Go through the listing beneath and show each line containing the string "BuildSketch".

**DATA FOR THE TASK**
%%

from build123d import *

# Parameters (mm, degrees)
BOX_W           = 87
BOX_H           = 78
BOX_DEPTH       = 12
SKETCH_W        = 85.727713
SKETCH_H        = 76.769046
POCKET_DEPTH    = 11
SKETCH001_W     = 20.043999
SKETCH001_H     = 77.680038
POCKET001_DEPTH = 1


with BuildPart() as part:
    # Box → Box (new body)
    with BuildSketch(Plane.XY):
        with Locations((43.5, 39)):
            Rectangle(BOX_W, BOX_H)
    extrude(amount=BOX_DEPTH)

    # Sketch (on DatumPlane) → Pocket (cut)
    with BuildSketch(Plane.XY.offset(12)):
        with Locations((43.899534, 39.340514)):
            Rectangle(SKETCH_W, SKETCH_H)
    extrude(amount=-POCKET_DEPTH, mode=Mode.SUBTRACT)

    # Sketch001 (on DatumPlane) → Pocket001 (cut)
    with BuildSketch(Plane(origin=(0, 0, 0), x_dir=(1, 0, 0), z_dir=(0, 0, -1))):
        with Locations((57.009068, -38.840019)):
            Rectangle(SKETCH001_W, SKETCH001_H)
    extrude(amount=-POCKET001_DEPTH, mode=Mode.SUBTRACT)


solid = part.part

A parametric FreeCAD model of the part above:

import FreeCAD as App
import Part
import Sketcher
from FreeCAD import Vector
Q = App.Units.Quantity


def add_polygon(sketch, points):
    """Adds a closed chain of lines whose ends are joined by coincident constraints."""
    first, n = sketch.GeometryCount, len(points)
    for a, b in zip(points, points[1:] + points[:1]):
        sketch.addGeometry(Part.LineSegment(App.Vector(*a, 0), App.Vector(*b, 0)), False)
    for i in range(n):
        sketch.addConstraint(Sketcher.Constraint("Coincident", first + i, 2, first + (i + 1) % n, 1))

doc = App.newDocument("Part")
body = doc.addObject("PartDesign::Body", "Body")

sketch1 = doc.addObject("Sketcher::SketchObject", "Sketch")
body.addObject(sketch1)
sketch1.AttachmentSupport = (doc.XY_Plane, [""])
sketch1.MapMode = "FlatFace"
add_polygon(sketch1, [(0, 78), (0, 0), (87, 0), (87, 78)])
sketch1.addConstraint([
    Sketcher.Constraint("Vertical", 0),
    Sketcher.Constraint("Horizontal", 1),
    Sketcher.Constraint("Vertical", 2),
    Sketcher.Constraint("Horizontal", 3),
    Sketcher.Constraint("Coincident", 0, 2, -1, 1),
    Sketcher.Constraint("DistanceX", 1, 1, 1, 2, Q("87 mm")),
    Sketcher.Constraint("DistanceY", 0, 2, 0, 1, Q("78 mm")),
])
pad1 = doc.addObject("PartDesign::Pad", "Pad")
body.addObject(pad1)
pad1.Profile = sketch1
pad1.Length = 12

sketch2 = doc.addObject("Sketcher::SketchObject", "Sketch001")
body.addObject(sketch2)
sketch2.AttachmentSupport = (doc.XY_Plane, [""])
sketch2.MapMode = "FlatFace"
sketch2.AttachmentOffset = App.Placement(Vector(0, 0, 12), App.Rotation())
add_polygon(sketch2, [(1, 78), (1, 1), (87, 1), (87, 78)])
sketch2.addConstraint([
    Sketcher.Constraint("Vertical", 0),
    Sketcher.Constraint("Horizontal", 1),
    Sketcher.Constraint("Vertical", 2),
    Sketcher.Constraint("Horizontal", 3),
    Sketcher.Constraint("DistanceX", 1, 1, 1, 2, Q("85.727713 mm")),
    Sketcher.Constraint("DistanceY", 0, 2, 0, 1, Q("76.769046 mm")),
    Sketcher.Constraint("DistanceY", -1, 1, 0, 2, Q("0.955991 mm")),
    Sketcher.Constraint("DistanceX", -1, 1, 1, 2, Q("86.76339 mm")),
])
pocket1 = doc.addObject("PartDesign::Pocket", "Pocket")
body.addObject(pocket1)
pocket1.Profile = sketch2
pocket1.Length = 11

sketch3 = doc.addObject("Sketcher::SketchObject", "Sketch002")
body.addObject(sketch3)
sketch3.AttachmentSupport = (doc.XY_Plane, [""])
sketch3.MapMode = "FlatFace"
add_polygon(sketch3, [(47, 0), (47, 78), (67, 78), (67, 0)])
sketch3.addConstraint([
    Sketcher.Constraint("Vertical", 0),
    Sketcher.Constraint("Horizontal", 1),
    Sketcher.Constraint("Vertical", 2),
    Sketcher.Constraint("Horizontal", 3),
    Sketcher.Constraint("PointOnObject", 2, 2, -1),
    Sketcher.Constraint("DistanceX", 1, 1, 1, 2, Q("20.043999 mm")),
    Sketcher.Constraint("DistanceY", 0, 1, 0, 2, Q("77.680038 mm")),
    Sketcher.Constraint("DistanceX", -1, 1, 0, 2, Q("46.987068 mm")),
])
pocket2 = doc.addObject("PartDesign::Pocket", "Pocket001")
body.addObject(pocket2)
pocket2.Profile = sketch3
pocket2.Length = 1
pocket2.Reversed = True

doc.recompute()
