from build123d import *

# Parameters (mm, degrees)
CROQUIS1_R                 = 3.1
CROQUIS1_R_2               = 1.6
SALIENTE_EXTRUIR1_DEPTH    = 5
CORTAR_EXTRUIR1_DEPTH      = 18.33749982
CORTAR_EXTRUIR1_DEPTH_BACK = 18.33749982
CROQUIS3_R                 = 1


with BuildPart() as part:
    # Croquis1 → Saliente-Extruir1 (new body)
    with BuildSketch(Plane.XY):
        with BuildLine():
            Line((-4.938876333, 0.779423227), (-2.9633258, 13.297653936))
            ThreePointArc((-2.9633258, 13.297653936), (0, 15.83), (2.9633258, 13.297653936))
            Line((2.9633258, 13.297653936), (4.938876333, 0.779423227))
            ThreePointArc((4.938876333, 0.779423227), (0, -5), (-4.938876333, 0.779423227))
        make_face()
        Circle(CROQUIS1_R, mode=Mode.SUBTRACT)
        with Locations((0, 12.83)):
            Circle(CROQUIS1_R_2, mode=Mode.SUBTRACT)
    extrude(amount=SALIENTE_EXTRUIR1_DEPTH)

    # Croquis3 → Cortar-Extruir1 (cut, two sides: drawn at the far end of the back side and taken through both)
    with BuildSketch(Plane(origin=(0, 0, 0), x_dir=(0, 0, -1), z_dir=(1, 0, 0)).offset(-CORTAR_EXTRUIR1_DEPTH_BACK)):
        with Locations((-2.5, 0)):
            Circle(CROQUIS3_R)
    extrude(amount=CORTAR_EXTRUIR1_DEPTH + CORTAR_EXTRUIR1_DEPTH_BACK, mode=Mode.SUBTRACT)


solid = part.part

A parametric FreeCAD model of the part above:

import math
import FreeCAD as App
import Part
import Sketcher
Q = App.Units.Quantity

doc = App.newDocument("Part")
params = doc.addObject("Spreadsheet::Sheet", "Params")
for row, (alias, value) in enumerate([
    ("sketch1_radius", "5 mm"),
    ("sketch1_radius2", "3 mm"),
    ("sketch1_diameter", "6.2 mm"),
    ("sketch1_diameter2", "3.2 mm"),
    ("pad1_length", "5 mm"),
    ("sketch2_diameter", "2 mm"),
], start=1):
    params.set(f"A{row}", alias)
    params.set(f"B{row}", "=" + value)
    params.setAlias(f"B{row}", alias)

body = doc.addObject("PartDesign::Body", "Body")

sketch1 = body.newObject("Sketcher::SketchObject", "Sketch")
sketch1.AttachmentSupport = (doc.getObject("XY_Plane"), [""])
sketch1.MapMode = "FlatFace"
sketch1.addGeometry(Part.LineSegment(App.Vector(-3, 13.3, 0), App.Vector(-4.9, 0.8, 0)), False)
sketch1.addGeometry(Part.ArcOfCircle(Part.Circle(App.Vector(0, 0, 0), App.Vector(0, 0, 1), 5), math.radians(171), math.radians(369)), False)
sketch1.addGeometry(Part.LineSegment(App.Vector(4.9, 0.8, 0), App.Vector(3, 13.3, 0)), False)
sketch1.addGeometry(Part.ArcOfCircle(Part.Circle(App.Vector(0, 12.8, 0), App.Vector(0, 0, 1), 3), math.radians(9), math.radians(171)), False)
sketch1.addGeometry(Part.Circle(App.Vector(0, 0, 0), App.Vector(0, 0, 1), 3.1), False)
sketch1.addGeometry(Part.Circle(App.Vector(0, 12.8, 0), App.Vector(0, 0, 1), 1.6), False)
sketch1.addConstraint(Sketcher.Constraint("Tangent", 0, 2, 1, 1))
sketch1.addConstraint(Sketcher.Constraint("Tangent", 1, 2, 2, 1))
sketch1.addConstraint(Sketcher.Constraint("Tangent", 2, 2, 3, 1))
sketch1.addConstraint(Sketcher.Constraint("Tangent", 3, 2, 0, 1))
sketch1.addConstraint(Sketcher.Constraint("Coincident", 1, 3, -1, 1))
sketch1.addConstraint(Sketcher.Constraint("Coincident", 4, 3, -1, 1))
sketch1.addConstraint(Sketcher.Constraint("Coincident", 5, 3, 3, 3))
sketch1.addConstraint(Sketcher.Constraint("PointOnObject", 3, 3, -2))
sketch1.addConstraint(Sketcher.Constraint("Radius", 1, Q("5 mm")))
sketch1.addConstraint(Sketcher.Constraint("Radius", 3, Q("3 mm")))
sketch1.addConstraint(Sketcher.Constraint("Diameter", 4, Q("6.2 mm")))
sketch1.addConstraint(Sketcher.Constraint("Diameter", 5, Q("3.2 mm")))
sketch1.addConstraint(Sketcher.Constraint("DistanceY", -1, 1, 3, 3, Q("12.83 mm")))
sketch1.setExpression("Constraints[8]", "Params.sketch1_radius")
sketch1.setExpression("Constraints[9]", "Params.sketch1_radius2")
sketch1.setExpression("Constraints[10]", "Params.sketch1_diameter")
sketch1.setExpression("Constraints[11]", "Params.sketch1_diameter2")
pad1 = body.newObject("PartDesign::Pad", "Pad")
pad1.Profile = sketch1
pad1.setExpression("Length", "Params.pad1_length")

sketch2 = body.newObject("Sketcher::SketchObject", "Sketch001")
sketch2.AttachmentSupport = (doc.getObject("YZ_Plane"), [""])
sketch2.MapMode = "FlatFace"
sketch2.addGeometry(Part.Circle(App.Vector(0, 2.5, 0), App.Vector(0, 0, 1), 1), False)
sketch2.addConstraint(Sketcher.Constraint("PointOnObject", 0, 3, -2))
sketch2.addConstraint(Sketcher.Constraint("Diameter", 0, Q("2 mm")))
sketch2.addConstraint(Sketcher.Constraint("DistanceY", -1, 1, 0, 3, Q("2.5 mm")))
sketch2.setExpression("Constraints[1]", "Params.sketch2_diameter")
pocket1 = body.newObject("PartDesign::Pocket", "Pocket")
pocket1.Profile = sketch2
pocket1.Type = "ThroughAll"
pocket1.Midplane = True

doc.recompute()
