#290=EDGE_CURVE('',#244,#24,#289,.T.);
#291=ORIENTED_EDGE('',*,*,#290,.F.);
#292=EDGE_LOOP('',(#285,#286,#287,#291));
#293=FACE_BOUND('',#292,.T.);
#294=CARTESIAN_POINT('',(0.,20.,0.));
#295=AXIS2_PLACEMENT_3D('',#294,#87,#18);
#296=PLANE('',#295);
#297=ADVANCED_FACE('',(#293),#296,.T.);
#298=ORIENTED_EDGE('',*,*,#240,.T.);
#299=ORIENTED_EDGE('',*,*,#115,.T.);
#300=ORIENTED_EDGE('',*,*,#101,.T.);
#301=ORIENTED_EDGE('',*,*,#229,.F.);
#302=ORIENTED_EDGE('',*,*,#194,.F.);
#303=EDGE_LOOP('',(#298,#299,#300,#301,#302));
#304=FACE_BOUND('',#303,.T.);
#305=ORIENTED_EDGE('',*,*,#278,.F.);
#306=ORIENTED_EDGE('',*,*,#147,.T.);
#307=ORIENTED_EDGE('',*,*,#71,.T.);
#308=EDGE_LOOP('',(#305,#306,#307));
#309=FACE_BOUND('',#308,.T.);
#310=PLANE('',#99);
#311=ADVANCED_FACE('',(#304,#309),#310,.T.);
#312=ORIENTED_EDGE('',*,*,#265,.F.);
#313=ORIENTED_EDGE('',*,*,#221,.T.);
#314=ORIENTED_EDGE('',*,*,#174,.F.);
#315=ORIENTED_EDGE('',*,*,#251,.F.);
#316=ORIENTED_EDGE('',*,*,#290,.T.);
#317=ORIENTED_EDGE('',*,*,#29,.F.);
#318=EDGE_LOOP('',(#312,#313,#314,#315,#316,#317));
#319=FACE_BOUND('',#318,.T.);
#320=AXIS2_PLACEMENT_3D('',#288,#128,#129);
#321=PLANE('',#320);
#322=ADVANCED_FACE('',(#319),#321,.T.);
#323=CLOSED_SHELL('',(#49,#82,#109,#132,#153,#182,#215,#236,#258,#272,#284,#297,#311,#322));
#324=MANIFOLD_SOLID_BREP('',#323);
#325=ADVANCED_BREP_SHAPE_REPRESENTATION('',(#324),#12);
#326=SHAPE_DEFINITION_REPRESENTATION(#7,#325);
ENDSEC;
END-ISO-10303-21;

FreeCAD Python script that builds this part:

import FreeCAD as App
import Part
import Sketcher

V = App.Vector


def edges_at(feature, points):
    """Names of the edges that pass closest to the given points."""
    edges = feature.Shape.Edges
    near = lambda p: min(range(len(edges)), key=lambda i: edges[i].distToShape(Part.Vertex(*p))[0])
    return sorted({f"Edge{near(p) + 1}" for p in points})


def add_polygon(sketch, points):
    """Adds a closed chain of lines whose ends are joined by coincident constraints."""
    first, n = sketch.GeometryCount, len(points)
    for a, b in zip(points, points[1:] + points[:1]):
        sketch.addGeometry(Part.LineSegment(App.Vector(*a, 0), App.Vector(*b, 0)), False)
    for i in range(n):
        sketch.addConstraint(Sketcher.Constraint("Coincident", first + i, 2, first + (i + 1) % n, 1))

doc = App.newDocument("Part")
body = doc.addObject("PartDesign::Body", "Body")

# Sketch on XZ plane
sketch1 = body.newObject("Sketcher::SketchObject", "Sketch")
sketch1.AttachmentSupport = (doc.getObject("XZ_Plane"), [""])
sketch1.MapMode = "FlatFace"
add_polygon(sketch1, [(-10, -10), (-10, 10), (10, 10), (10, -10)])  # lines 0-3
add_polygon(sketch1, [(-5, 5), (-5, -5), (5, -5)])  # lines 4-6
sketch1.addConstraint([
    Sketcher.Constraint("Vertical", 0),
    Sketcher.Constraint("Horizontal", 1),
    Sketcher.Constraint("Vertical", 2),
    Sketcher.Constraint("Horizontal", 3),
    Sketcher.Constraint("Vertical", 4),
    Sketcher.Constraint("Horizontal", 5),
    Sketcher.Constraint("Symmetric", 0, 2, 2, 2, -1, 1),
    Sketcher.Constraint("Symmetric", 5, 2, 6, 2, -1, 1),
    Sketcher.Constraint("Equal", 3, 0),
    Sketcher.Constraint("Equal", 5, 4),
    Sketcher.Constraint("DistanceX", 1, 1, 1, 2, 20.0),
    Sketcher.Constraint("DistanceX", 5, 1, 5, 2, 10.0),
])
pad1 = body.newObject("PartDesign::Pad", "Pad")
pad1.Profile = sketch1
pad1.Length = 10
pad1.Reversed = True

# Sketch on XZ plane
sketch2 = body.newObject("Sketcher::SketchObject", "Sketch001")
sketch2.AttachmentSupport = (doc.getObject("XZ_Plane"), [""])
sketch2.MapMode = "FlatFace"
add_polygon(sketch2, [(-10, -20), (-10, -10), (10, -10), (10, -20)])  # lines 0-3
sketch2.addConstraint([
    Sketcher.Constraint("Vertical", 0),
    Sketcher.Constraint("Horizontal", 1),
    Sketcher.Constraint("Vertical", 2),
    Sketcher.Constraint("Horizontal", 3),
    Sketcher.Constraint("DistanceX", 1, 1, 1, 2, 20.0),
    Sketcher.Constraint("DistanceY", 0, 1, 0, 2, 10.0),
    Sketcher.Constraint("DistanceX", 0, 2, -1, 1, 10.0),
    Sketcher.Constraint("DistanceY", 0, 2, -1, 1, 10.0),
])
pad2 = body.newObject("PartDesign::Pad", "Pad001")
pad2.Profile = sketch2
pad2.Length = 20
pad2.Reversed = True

%%

**FINAL ANSWER**
    with BuildSketch(Plane.XY):
    with BuildSketch(Plane.XY.offset(12)):
    with BuildSketch(Plane(origin=(0, 0, 0), x_dir=(1, 0, 0), z_dir=(0, 0, -1))):
    with BuildSketch(Plane.XY):
    with BuildSketch(Plane(origin=(0, 0, 0), x_dir=(0, 0, -1), z_dir=(1, 0, 0)).offset(-CORTAR_EXTRUIR1_DEPTH_BACK)):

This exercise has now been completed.